Web of Learning and Friendship

I grabbed the hands of several of the children in the schoolyard and led them out into the clearing to play a game. They smiled up at me both curious and timid. We made a circle, and then I took the first turn running around the circle while they clapped and chanted. The children laughed delightedly. In the distant field Todd played football with the older students. Lori Lynn played with the littlest ones, while my mom, Cathy, let students take turns strumming her ukulele (a small guitar like instrument) in preparation for a sing-along. In a few minutes when classes resumed, the four of us would go into the classrooms and teach songs and dances, read books, play educational games, share where we came from, and overall partake in a very unique cultural exchange.

This was all made possible through Opportunity Education (OE), an organization that provides educational resources to 1,215 schools in thirteen developing countries. Our group of about twenty Americans had travelled to Ghana to spend a week in some of the schools around the small city of Agona Swedru.

My mom had participated in OE’s trip to Uganda the previous year, and had come back greatly affected by her experience. Teaching and spending time with some of Uganda’s very poorest students had been profound and pivotal for her. When she told me OE was traveling to Ghana and she was thinking of participating again, I knew right away I wanted to go with her and share in the experience.
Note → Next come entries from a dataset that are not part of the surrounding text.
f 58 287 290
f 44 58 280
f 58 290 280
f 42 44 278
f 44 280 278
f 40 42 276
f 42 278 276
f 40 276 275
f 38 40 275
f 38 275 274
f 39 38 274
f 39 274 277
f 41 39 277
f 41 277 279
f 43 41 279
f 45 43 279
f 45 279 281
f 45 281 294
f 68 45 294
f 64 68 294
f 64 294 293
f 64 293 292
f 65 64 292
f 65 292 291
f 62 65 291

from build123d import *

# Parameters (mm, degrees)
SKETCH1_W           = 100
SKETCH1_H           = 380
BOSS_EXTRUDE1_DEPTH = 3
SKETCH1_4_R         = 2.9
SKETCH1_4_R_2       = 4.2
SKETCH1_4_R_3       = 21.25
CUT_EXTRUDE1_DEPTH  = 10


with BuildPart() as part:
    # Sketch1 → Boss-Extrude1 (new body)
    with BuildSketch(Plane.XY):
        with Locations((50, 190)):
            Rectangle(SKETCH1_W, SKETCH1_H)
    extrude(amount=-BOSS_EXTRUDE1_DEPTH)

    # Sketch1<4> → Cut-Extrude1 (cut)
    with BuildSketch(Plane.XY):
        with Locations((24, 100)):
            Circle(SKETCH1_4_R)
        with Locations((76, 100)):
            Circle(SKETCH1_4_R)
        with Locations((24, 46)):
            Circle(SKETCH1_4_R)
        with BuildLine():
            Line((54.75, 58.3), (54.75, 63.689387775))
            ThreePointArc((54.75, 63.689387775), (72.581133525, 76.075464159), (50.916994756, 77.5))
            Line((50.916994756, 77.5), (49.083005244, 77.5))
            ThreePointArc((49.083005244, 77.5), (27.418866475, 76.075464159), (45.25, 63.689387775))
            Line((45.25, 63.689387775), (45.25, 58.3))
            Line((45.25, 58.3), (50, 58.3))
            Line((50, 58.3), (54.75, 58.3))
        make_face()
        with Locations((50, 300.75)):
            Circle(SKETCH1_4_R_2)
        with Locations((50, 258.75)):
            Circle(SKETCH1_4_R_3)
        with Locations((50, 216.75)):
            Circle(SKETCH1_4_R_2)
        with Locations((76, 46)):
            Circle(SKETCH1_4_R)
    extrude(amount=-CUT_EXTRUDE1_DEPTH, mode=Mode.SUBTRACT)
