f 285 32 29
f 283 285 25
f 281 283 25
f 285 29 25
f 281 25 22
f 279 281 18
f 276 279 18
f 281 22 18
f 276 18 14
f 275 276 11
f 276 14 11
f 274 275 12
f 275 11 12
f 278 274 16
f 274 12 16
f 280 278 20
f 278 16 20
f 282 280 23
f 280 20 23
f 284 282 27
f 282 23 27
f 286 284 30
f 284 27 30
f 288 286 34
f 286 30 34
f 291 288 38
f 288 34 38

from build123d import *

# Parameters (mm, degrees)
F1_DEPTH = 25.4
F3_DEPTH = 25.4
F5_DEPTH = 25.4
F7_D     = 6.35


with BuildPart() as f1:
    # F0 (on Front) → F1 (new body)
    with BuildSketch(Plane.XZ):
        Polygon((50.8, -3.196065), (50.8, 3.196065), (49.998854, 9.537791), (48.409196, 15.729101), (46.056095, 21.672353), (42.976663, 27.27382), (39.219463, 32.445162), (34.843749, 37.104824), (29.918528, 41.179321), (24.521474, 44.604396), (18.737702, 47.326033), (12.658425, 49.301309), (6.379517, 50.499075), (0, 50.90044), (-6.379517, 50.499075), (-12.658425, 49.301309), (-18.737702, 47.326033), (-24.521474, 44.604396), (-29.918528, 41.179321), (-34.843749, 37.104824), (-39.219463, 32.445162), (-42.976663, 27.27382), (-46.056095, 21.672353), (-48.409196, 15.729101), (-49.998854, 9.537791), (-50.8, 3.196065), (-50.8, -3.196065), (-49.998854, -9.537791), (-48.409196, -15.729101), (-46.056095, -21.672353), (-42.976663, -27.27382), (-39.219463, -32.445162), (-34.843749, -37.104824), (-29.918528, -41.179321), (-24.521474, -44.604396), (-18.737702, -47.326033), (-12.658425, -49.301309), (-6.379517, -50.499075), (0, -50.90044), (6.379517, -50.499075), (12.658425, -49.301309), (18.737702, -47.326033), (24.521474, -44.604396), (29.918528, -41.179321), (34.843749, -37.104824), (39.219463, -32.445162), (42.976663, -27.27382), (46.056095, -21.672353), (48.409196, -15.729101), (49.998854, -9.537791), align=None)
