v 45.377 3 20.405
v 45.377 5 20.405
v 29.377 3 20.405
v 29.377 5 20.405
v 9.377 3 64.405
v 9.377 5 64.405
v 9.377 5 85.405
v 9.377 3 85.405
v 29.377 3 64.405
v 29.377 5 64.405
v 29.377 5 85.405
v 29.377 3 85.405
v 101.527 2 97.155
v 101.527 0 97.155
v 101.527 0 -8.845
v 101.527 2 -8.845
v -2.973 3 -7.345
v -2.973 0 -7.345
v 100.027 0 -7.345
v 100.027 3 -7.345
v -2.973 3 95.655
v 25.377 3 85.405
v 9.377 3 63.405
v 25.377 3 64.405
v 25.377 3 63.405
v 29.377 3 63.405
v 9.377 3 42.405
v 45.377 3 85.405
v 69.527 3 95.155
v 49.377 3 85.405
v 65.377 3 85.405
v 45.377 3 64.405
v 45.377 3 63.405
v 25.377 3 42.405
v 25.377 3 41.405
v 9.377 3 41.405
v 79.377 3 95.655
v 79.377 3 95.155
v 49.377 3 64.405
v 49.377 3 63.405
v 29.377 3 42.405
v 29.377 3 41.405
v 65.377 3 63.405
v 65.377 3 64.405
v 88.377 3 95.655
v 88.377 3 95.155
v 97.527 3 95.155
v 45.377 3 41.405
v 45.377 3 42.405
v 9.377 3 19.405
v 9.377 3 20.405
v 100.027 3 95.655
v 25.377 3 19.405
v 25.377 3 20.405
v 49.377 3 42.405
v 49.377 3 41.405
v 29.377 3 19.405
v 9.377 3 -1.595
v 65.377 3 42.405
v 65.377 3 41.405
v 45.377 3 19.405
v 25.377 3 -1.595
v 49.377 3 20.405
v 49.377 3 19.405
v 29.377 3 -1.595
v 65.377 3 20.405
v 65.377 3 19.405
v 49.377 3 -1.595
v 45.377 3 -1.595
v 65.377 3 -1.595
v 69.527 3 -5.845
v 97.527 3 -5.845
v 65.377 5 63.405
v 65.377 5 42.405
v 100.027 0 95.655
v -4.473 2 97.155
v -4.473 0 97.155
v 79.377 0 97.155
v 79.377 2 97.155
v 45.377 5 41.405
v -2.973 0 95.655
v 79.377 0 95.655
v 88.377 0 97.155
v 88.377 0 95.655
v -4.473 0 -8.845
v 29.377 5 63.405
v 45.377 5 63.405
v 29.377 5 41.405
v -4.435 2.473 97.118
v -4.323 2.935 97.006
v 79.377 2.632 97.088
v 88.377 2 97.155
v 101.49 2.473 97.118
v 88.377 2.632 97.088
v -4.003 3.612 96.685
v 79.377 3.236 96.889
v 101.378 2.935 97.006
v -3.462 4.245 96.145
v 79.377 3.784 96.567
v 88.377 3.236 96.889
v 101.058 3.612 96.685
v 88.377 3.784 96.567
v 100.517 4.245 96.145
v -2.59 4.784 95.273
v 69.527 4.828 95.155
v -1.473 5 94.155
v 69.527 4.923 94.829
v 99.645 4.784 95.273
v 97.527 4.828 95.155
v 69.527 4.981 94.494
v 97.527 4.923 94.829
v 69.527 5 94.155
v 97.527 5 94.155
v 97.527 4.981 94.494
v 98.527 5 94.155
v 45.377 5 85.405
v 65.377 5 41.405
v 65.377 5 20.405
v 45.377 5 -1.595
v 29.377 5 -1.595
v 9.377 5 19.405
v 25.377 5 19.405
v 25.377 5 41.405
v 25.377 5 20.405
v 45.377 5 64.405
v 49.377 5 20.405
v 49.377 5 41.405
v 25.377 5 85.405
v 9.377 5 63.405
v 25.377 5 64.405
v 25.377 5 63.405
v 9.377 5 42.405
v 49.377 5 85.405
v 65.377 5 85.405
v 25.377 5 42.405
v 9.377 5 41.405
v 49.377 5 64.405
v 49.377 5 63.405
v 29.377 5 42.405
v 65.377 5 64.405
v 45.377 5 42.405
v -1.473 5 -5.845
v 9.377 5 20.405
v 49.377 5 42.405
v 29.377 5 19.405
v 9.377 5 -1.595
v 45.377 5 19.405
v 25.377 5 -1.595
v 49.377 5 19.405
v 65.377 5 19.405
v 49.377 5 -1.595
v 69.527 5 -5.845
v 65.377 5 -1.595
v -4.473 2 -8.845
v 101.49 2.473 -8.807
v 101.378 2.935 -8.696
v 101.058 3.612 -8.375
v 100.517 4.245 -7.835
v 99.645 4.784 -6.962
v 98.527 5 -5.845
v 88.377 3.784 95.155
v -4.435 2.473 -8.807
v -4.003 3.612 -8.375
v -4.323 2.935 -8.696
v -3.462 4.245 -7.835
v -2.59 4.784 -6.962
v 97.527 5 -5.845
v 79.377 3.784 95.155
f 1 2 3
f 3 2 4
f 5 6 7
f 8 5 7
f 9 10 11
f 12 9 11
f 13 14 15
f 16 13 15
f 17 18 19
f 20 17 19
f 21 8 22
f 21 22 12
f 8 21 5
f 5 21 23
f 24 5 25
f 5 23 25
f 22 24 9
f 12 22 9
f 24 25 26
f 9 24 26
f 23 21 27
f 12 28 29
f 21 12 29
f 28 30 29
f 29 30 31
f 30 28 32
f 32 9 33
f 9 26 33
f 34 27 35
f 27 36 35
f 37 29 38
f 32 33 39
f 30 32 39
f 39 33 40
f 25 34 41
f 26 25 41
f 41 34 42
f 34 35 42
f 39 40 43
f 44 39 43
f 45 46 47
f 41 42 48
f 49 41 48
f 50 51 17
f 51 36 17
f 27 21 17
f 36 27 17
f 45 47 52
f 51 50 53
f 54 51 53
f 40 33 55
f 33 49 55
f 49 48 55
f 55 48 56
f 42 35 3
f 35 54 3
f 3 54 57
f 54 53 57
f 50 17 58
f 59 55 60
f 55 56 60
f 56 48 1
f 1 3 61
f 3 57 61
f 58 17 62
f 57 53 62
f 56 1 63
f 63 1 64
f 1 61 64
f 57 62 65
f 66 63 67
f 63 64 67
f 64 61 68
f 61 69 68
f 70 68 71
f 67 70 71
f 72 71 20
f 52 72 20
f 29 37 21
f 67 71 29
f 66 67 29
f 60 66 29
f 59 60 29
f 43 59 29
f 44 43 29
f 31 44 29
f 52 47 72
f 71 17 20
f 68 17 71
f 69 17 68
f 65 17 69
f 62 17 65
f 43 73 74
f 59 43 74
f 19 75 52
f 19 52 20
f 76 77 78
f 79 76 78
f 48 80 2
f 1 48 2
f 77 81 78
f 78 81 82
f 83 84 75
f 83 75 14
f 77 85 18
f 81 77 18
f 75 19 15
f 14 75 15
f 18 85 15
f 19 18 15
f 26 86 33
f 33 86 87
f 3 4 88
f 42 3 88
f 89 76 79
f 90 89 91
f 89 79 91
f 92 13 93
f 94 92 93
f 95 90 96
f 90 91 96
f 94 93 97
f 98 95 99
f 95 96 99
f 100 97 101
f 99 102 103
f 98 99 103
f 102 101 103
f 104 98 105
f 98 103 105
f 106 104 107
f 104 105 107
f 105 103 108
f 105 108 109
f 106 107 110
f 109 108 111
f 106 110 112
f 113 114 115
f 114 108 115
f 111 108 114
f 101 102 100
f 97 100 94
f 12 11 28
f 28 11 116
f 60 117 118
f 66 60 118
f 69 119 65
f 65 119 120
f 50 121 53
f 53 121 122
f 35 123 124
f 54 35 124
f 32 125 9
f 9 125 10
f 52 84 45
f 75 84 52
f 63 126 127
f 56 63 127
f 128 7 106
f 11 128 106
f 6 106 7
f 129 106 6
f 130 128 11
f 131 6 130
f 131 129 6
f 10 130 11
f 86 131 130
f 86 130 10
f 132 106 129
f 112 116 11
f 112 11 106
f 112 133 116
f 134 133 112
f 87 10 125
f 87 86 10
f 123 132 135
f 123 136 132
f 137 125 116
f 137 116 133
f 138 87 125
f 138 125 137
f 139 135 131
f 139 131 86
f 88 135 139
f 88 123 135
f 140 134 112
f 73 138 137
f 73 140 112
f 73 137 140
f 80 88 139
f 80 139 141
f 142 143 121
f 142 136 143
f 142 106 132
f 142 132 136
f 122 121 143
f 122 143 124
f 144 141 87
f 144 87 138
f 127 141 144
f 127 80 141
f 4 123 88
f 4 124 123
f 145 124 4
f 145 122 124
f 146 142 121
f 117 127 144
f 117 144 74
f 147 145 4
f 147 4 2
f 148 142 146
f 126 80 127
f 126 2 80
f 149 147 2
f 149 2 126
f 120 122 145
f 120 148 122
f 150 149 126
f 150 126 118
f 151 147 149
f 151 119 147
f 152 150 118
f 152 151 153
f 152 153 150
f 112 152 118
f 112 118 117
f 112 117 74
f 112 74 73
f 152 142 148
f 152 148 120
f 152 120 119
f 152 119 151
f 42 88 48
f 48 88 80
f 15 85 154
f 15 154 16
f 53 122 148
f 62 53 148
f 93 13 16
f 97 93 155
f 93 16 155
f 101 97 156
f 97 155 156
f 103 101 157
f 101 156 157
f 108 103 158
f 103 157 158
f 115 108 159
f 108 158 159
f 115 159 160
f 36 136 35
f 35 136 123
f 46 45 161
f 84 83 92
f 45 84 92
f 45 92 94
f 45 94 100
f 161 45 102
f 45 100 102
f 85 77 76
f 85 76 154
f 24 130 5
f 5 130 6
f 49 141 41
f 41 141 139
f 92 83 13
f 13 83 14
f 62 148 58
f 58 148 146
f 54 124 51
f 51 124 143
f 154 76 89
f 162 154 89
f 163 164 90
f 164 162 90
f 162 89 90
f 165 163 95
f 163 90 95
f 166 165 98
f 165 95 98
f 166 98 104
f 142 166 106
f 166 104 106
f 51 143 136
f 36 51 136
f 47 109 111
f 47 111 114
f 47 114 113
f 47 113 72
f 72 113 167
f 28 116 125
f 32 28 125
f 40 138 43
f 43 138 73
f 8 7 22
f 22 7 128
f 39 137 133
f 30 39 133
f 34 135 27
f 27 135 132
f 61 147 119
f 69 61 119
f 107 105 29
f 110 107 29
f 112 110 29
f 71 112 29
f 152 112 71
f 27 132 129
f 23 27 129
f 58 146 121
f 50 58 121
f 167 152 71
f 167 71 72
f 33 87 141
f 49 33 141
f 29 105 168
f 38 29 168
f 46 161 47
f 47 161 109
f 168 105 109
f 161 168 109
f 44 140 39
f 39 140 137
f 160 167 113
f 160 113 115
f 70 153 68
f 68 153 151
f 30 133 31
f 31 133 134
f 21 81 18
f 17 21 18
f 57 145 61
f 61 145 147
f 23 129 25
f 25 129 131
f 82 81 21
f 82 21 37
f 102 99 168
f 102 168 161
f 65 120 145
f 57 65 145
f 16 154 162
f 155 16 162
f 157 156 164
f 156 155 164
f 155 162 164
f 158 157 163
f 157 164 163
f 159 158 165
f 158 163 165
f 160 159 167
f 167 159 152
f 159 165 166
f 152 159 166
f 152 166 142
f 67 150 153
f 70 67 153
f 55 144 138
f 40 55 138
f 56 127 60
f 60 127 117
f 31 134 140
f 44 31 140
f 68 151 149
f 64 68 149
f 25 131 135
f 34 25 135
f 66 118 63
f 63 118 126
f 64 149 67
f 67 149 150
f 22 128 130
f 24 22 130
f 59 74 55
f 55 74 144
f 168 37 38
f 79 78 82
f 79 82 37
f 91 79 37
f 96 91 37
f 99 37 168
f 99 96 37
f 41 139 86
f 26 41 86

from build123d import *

# Parameters (mm, degrees)
SKETCH2_W            = 106
SKETCH2_H            = 106
BOSS_EXTRUDE3_DEPTH  = 5
SKETCH3_W            = 103
SKETCH3_H            = 103
CUT_EXTRUDE1_DEPTH   = 3
SKETCH4_W            = 9
SKETCH4_H            = 3.784346923
CUT_EXTRUDE2_DEPTH   = 10
FILLET1_R            = 3
SKETCH5_W            = 28
SKETCH5_H            = 101
CUT_EXTRUDE3_DEPTH   = 10
CUT_EXTRUDE5_DEPTH   = 2
LPATTERN1_COUNT      = 4
LPATTERN1_PITCH      = 22
LPATTERN1_COUNT_DIR2 = 3
LPATTERN1_PITCH_DIR2 = 20


with BuildPart() as part:
    # Sketch2 → Boss-Extrude3 (new body)
    with BuildSketch(Plane(origin=(0, 0, 0), x_dir=(1, 0, 0), z_dir=(0, 1, 0))):
        with Locations((48.527443435, -44.155148704)):
            Rectangle(SKETCH2_W, SKETCH2_H)
    extrude(amount=BOSS_EXTRUDE3_DEPTH)

    # Sketch3 → Cut-Extrude1 (cut)
    with BuildSketch(Plane(origin=(0, 0, 0), x_dir=(1, 0, 0), z_dir=(0, 1, 0))):
        with Locations((48.527443435, -44.155148704)):
            Rectangle(SKETCH3_W, SKETCH3_H)
    extrude(amount=CUT_EXTRUDE1_DEPTH, mode=Mode.SUBTRACT)

    # Sketch4 → Cut-Extrude2 (cut)
    with BuildSketch(Plane.XY.offset(97.155148704)):
        with Locations((83.877443435, 1.892173462)):
            Rectangle(SKETCH4_W, SKETCH4_H)
    extrude(amount=-CUT_EXTRUDE2_DEPTH, mode=Mode.SUBTRACT)

    # Fillet1
    # the kernel refuses this fillet: 3 mm, written as the material it takes off along each edge
    with BuildSketch(Plane(origin=(101.527443435, 5, -16.344851296), x_dir=(0, -1, 0), z_dir=(0, 0, 1)), Plane(origin=(-11.972556565, 5, -8.844851296), x_dir=(0, -1, 0), z_dir=(1, 0, 0)), Plane(origin=(-4.472556565, 5, 104.655148704), x_dir=(0, -1, 0), z_dir=(0, 0, -1))) as fillet1_piece_1:
        with BuildLine():
            CenterArc((FILLET1_R, -FILLET1_R), FILLET1_R, 90, 90)
            Line((0, -FILLET1_R), (0, 0))
            Line((0, 0), (FILLET1_R, 0))
        make_face()
    extrude(amount=121, mode=Mode.SUBTRACT)
    with BuildSketch(Plane(origin=(109.027443435, 5, 97.155148704), x_dir=(0, 0, -1), z_dir=(-1, 0, 0))) as fillet1_piece_2:
        with BuildLine():
            CenterArc((FILLET1_R, FILLET1_R), FILLET1_R, 180, 90)
            Line((0, FILLET1_R), (0, 0))
            Line((0, 0), (FILLET1_R, 0))
        make_face()
    extrude(amount=121, mode=Mode.SUBTRACT)

    # Sketch5 → Cut-Extrude3 (cut)
    with BuildSketch(Plane(origin=(0, 5, 0), x_dir=(1, 0, 0), z_dir=(0, 1, 0))):
        with Locations((83.527443435, -44.655148704)):
            Rectangle(SKETCH5_W, SKETCH5_H)
    extrude(amount=-CUT_EXTRUDE3_DEPTH, mode=Mode.SUBTRACT)

    # Sketch6 → Cut-Extrude5 (cut)
    with BuildSketch(Plane(origin=(0, 5, 0), x_dir=(1, 0, 0), z_dir=(0, 1, 0))):
        Polygon((49.377443435, -69.405148704), (49.377443435, -85.405148704), (65.377443435, -85.405148704), (65.377443435, -69.405148704), (65.377443435, -64.405148704), (49.377443435, -64.405148704), align=None)
    cut_extrude5 = extrude(amount=-CUT_EXTRUDE5_DEPTH, mode=Mode.SUBTRACT)

    # LPattern1: Cut-Extrude5 4 × 3
    with Locations(*[(-j * LPATTERN1_PITCH_DIR2, 0, -i * LPATTERN1_PITCH) for i in range(LPATTERN1_COUNT) for j in range(LPATTERN1_COUNT_DIR2) if (i, j) != (0, 0)]):
        add(cut_extrude5, mode=Mode.SUBTRACT)


solid = part.part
Our first day my mom and I were placed in a large school in Swedru proper. We had the students tell us ten things about Ghana and then shared ten things about the United States. On the following day we did an art project, utilizing the scissors, paper, and coloring supplies we had brought with us. For the rest of the week my mom and I, along with our travel companions Todd and Lori Lynn, were taken to a different school outside the small village of Gomoa Tarkwa. Here the classes were much smaller and I was able to teach dance and poetry, while my mom taught a lesson about culture.

In the evenings my mom and I stayed with our incredibly gracious hosts: Solomon, Vic, and their two sons. Vic made us the most delicious dinners, piled high nightly. “Try it and tell me if you like it,” she would instruct. We would feast on her delicious cooking, filling ourselves until we were stuffed. Inevitably she would treat us to succulent pineapple for dessert, and inevitably we would somehow find room in our stomachs for more.

On the first night we arrived, Vic announced to my mom, “You are my mama,” and from that moment on my mom enjoyed being called “Mama” by the whole family. My mom can be quite funny, and the family would often laugh at her jokes and say, “Oh Mama, you are too much!”

On our last morning with Solomon and Vic, their eldest daughter, who is married and has two children of her own, arrived early in the morning to say goodbye to “Mama” and me. For people we had known just a few short days, we hugged and exchanged information and promised to keep in touch. Friendship had sprouted fast.

In the schools, a different kind of friendship emerged. While we couldn’t develop the same close connection we did with our host family, we developed a strong rapport with the students and staff. Todd could barely eat lunch without boys begging him to get out onto the football field. Lori Lynn was seldom seen without one of her favorite little ones. Children followed me around doing the dances I had taught them. When pipe cleaners (an arts and crafts tool) were passed out, my mom and Mr. Anderson, the P-6 teacher, made silly glasses alongside the students and took funny pictures. Several students made me pipe-cleaner rings, and on the last day one very kind student made me a necklace from bamboo and seeds.

OE’s work supplying resources for schools, providing professional development for teachers, and pairing sister schools in the United States with schools in Africa and Asia are all part of the web of its reach. But of all those things, the opportunity for someone like me to come and experience Ghana via schools and a home stay is remarkably unique. I hope the students, teachers, Solomon, Vic, and their sons and daughter enjoyed our visit as much as I cherish my experience in Ghana. By sharing the threads of home, games, lessons, songs, dances, and perhaps most importantly, smiles, a web has been built between people who might otherwise never have met.

Emmaly Wiederholt joined the Opportunity Education Trip to Ghana in June 2013. Emmaly is a New Mexico native who lives and works as a professional dancer and writer in San Francisco. Earning a BFA in ballet and a BS in political science from the University of Utah before moving to California to train at the San Francisco Conservatory of Dance. As a professional dancer and writer, she enjoys leading dance classes and writing for diverse media sources as well creating her own publication “Stance on Dance” to explore dance through writing. Her article on the OE Ghana trip reflects her passion for life and the mission for those OE serves. According to Emmaly, “I was inspired by my mom’s experience with OE in Uganda and was thrilled to share the OE Ghana Education Experience Trip with my mom.”